El Paraguay es considerado un "país bisagra" o "corredor", tanto "para armas de alto calibre importadas legalmente, como para armas automáticas y de guerra, metidas de contrabando al país y comercializadas en el mercado negro", destaca el informe.

El mayor volumen de armas adquiridas en el país "tienen la finalidad de su reventa al Brasil, principalmente a organizaciones criminales brasileñas, como el Primer Comando Capital (PCC), con sede en Sao Paulo, y el Comando Vermelho (CV), ambas vinculadas también con el tráfico de drogas, y que ya han establecido bases en territorio paraguayo, especialmente en los departamentos fronterizos de Amambay, Canindeyú y Alto Paraná", agrega.

Trabajando sobre estadísticas oficiales y en terreno, proveídos por la Policía Federal brasileña, que en dos años decomisó 20.000 armas introducidas ilegalmente al Brasil por Ciudad del Este, el informe concluye que "es posible cuantificar que se trafican 30.000 armas de fuego por año desde Paraguay, especialmente con destino a organizaciones criminales brasileñas", como el PCC y el CV.

Igualmente, destaca datos estadísticos proveídos por la Dirección de Derechos Humanos del Ministerio del Interior, revelando que "en el Paraguay hay 700.000 armas no registradas en poder de ciudadanos", y un reconocimiento hecho por directivos de la propia Dirección de Material Bélico (DIMABEL) de las Fuerzas Armadas de "estar sobrepasado para el control de la venta de armas, especialmente en zona de frontera".

Embed

El informe sostiene además que en el país hay 210 empresas privadas de seguridad registradas, que emplean a 24.000 guardias privados, más que el doble de los 10.000 policías operativos.

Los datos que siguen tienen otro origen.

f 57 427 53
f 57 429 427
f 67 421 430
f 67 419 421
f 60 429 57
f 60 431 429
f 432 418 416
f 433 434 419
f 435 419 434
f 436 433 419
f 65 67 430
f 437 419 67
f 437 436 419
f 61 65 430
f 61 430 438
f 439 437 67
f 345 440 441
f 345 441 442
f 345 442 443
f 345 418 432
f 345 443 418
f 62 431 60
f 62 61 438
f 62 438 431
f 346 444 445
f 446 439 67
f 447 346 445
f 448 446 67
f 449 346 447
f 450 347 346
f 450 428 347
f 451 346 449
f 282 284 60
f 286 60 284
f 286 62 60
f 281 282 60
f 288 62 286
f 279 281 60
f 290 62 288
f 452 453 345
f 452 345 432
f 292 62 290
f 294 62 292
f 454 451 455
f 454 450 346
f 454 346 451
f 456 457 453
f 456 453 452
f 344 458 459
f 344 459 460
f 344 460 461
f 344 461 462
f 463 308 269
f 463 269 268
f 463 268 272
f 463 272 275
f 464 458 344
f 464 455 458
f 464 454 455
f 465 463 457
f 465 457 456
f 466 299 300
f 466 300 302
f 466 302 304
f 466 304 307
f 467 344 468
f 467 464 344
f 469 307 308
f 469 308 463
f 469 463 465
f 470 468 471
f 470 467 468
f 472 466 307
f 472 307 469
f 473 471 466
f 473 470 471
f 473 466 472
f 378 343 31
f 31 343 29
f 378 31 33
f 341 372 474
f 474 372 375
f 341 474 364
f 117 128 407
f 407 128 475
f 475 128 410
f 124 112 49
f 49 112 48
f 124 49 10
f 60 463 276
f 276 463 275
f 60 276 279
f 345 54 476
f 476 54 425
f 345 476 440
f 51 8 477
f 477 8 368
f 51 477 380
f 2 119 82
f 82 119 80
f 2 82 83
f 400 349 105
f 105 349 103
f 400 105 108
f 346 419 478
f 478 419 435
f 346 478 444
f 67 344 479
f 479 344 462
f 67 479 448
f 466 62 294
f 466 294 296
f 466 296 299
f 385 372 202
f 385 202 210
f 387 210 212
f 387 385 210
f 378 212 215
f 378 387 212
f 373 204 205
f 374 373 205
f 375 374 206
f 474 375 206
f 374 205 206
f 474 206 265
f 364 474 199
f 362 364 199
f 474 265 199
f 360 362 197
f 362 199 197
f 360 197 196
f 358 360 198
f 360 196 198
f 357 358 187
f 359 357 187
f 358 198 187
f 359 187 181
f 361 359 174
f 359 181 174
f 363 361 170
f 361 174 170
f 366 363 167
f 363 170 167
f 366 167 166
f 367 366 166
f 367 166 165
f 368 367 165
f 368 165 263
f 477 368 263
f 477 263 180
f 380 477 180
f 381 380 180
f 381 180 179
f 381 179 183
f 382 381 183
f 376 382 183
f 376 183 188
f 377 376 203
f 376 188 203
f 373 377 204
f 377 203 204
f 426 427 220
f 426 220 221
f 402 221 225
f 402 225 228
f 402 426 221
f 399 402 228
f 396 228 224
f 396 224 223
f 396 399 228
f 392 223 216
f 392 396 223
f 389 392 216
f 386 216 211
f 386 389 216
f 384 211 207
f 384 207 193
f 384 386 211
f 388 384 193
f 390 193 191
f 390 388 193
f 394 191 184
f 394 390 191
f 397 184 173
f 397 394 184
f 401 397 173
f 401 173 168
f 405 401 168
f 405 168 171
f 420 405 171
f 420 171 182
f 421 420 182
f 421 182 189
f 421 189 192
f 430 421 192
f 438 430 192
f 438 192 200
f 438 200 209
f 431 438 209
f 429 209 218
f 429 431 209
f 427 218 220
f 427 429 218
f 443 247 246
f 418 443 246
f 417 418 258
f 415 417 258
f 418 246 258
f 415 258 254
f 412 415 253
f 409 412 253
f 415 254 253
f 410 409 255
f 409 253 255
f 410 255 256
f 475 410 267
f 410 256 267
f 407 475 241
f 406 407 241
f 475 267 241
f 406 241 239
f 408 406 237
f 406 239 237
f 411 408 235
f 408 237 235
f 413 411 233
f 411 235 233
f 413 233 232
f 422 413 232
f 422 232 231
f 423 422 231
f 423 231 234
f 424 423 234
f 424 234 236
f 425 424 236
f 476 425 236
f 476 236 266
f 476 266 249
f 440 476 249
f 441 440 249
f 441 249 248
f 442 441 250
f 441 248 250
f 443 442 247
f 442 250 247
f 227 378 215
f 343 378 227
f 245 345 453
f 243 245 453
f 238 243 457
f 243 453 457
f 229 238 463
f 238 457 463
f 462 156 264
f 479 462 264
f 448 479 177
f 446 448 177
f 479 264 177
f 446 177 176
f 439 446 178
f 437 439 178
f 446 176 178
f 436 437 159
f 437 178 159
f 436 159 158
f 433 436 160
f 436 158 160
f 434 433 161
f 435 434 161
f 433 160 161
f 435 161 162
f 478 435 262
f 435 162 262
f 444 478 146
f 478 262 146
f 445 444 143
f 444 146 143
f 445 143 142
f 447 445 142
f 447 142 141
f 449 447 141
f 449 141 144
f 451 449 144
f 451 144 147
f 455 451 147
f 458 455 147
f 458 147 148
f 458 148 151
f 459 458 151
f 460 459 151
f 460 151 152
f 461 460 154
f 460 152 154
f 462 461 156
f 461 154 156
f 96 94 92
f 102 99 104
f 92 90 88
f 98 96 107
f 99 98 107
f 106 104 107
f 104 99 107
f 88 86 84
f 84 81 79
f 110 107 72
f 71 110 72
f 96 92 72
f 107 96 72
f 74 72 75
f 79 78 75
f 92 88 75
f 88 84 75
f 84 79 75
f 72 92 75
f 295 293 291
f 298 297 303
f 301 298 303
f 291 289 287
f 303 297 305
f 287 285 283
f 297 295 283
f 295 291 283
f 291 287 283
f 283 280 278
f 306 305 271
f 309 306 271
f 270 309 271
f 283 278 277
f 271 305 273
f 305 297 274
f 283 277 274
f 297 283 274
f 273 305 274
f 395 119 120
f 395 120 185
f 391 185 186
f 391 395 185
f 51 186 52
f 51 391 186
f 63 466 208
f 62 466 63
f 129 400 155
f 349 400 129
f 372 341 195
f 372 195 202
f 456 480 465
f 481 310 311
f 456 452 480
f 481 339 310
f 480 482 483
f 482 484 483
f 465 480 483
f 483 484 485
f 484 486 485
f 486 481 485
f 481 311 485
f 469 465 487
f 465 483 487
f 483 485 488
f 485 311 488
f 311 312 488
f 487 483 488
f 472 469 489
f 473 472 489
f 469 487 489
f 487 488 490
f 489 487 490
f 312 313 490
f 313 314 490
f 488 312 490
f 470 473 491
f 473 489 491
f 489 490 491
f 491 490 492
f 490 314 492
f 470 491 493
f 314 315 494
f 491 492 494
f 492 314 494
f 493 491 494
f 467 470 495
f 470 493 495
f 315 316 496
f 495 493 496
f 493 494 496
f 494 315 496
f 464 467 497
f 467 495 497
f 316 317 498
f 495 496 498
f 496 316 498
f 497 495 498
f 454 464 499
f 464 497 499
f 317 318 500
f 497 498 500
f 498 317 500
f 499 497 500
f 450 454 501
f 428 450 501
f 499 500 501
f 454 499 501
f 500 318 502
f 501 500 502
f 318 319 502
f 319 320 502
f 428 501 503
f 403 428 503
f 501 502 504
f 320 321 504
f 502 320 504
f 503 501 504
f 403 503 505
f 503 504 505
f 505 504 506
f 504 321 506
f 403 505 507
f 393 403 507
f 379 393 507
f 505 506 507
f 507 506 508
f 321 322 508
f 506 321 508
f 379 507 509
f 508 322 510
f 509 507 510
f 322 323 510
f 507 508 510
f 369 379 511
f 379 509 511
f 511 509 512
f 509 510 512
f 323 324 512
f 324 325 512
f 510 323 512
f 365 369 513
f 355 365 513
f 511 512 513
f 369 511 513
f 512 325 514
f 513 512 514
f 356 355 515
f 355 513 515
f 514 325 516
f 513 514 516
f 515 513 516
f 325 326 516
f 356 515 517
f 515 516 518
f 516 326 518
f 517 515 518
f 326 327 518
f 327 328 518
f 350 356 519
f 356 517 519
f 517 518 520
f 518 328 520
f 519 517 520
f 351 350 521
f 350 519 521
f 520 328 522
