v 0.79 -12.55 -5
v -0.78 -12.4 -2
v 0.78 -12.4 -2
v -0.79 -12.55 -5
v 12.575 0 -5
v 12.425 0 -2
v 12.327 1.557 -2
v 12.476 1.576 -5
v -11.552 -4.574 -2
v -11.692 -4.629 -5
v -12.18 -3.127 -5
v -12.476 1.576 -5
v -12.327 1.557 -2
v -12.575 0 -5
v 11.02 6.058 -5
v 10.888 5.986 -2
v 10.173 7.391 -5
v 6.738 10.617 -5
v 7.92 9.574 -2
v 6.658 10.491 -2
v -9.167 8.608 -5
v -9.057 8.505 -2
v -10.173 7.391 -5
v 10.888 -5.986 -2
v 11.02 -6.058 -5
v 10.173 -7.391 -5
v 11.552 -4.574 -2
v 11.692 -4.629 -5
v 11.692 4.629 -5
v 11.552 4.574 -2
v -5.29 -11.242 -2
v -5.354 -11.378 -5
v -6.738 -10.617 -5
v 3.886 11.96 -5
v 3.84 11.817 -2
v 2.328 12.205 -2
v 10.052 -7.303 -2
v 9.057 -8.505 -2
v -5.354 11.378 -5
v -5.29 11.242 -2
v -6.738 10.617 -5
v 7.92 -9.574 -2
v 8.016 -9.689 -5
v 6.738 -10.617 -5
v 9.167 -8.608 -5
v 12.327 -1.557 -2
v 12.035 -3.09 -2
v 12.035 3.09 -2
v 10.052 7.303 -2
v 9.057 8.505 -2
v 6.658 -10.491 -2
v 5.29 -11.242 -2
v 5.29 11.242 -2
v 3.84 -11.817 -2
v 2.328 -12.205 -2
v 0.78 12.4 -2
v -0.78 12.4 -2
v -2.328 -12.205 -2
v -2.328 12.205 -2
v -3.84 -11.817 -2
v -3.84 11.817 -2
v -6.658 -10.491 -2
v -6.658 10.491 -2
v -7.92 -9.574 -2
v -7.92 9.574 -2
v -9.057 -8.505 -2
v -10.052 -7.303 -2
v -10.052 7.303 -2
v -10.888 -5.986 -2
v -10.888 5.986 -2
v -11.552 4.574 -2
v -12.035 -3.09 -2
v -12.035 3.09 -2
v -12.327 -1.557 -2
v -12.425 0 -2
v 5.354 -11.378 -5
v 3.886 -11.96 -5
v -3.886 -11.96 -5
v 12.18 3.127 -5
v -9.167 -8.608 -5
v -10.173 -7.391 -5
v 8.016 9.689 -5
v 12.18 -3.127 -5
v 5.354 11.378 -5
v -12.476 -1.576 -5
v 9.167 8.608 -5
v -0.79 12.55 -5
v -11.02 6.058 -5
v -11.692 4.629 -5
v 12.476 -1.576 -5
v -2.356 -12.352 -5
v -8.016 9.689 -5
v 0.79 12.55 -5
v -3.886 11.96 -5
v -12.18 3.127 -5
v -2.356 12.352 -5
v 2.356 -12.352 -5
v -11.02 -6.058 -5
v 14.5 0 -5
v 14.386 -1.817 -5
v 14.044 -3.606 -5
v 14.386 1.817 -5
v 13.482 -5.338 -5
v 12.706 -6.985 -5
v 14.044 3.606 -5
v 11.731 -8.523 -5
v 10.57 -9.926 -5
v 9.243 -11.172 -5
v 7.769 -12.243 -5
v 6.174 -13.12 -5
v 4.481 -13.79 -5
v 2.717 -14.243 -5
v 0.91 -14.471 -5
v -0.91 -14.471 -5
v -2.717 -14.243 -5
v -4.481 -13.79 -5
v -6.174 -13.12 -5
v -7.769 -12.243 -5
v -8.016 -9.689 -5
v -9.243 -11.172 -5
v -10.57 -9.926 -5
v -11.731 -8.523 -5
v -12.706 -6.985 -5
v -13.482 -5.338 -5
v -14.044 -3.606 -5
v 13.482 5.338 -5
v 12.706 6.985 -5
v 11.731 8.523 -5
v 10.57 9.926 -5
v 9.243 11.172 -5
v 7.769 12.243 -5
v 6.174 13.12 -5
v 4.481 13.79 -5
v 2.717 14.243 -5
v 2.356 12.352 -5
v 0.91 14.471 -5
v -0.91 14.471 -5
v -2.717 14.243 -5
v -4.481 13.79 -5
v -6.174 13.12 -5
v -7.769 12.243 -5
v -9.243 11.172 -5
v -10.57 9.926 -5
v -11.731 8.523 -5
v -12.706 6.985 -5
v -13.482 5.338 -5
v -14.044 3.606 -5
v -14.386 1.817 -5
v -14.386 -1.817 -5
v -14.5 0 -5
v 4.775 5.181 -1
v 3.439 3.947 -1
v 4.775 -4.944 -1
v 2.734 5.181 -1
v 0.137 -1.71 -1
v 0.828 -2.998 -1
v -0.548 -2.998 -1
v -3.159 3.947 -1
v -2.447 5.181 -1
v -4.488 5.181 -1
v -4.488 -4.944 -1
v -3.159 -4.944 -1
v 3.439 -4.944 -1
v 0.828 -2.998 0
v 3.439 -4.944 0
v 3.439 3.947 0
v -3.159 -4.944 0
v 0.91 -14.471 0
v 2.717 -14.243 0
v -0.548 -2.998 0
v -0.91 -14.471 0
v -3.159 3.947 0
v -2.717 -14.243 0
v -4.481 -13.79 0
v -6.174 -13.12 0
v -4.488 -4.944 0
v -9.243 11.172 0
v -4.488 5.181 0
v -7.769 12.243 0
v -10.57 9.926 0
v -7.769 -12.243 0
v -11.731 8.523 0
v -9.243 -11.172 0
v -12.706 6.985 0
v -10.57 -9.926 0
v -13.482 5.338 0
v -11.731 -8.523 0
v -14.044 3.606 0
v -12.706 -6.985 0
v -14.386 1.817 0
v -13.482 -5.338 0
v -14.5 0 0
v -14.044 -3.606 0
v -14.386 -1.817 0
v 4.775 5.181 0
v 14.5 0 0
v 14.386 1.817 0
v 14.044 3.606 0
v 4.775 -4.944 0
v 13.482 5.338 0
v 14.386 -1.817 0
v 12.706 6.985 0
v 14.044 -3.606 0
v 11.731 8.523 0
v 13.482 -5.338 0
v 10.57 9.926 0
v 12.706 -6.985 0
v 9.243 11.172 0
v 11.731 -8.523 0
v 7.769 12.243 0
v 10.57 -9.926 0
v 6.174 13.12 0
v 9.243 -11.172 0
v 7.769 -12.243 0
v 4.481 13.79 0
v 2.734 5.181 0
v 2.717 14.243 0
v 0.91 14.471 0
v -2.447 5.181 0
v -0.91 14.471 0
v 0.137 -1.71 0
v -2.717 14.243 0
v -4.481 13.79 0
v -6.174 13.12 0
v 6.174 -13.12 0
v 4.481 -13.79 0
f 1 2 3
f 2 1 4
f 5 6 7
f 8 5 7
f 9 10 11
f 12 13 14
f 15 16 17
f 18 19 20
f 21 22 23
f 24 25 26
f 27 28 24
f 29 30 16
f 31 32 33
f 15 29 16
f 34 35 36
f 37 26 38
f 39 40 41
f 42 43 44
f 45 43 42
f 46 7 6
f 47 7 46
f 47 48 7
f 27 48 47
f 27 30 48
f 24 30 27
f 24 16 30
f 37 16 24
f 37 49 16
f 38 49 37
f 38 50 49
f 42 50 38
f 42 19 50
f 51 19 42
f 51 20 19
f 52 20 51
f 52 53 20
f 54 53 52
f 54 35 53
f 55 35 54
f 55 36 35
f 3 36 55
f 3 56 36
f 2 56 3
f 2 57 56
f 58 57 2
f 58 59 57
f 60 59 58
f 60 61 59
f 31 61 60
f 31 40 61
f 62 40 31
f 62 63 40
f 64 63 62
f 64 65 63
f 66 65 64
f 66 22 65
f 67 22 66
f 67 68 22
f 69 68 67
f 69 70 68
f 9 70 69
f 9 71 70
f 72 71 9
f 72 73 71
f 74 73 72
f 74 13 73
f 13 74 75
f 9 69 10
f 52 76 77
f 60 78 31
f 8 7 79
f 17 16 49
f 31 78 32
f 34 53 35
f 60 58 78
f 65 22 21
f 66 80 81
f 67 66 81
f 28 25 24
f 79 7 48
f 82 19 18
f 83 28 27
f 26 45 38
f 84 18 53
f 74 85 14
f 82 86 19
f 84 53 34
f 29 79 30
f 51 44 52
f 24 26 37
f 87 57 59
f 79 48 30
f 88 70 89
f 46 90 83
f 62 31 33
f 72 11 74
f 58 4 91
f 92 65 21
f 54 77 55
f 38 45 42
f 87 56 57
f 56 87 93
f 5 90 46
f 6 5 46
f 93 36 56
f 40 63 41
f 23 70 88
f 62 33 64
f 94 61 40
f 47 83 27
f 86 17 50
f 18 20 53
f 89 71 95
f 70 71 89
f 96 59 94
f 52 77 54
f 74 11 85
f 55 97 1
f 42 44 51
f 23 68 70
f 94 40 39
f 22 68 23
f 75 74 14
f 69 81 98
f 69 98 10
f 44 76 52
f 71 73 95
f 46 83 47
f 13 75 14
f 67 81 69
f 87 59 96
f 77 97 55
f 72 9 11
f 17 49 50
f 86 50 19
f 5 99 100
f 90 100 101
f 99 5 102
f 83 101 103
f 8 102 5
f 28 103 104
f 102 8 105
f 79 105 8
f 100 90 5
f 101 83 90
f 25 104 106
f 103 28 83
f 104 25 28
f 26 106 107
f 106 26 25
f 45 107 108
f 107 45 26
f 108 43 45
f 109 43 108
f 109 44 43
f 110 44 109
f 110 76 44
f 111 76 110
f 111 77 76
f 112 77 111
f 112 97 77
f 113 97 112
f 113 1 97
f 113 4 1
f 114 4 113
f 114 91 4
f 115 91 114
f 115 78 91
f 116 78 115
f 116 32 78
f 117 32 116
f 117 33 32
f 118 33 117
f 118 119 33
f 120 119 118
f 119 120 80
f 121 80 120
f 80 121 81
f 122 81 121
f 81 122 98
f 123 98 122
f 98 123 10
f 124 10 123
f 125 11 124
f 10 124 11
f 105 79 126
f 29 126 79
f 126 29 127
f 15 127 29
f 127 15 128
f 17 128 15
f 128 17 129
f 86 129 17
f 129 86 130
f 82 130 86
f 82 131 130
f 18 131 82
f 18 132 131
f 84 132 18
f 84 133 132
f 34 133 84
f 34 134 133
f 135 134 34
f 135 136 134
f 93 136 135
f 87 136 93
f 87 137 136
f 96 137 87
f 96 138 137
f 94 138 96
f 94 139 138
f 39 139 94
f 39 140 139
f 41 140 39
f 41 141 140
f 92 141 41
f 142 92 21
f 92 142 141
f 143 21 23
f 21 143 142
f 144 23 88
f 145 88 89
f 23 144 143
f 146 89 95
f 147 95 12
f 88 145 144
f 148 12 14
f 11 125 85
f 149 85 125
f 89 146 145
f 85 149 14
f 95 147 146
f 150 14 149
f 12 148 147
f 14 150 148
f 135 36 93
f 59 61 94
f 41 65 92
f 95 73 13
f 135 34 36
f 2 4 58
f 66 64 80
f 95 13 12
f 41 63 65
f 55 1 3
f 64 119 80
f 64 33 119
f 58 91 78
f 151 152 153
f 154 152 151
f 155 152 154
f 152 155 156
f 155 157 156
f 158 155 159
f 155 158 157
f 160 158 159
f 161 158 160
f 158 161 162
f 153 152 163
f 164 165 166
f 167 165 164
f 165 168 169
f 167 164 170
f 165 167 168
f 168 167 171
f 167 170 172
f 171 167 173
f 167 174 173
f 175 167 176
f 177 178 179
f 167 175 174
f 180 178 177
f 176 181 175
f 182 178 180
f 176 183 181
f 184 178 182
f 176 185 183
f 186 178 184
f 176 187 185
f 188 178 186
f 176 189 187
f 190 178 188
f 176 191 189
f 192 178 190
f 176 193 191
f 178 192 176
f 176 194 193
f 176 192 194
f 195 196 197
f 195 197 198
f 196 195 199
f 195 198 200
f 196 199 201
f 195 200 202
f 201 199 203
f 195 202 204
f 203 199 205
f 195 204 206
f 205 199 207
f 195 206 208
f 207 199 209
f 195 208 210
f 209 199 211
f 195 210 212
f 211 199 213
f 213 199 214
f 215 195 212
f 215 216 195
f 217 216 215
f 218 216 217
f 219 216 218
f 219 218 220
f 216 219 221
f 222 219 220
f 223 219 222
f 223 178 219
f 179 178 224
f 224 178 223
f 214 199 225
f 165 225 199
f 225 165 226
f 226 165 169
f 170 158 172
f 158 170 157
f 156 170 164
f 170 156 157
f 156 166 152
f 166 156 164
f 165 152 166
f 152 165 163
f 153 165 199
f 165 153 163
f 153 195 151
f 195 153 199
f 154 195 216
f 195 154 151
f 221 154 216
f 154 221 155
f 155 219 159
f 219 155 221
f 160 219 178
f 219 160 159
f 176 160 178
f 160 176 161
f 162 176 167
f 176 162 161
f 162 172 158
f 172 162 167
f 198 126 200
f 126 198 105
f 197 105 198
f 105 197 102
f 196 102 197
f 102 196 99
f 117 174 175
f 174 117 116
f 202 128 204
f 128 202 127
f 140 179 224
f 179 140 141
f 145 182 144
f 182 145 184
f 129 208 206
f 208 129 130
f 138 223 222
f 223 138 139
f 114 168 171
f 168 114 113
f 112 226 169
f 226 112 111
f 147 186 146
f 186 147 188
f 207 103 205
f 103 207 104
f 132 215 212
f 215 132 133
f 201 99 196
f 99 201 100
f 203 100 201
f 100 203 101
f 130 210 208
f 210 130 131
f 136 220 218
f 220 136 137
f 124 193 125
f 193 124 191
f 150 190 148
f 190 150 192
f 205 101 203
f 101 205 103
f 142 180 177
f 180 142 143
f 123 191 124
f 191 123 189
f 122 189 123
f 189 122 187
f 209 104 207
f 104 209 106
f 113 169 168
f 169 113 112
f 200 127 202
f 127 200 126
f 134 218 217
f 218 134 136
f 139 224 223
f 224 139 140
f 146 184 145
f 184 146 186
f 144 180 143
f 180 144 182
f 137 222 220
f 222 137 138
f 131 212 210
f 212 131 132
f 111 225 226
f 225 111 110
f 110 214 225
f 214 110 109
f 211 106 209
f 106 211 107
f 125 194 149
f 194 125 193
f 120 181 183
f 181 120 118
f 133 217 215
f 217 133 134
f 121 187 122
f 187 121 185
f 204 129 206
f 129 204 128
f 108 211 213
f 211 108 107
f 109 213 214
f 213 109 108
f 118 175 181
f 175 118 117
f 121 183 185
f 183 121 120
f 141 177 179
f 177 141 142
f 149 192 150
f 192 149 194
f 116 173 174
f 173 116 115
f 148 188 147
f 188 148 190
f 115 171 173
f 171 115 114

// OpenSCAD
$fn = 50;

difference() {
	union() {
		translate(v = [0, 0, -5.0]) {
			cylinder(h = 5, r = 14.5);
		}
	}
	union() {
		#translate(v = [0, 0, -5.0]) {
			cylinder(h = 3, r1 = 12.575, r2 = 12.425);
		}
		translate(v = [0, 0, -1]) {
			linear_extrude(height = 1) {
				text(font = "Impact", halign = "center", size = 10, text = "M", valign = "center");
			}
		}
	}
}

Frontera paraguaya con Brasil, zona de tráfico

El tráfico ilegal de armas de fuego es una de las actividades más lucrativas para grupos del crimen organizado, junto al tráfico de drogas y el contrabando de cigarrillos falsificados, productos informáticos y electrónicos, y su mayor auge se da en la zona de la Triple Frontera entre Paraguay, Brasil y Argentina, principalmente en Ciudad del Este, departamento del Alto Paraná, extendiéndose además a las ciudades de Salto del Guairá (Canindeyú) y Pedro Juan Caballero (Amambay), asegura el informe de la Fundación Arias.

En estas regiones "proliferan las tiendas dedicadas a la venta de armas en forma legal, pero que pueden ser adquiridas con suma facilidad por los turistas, con la sola presentación de su cédula de identidad, o a veces sin siquiera exigirse este requisito, e introducirlas ilegalmente a los países vecinos, como lo han demostrado varios reportajes investigativos realizados por periodistas de la Rede Globo y la Rede Record, de Brasil, en operativos grabados con cámaras ocultas", detalla.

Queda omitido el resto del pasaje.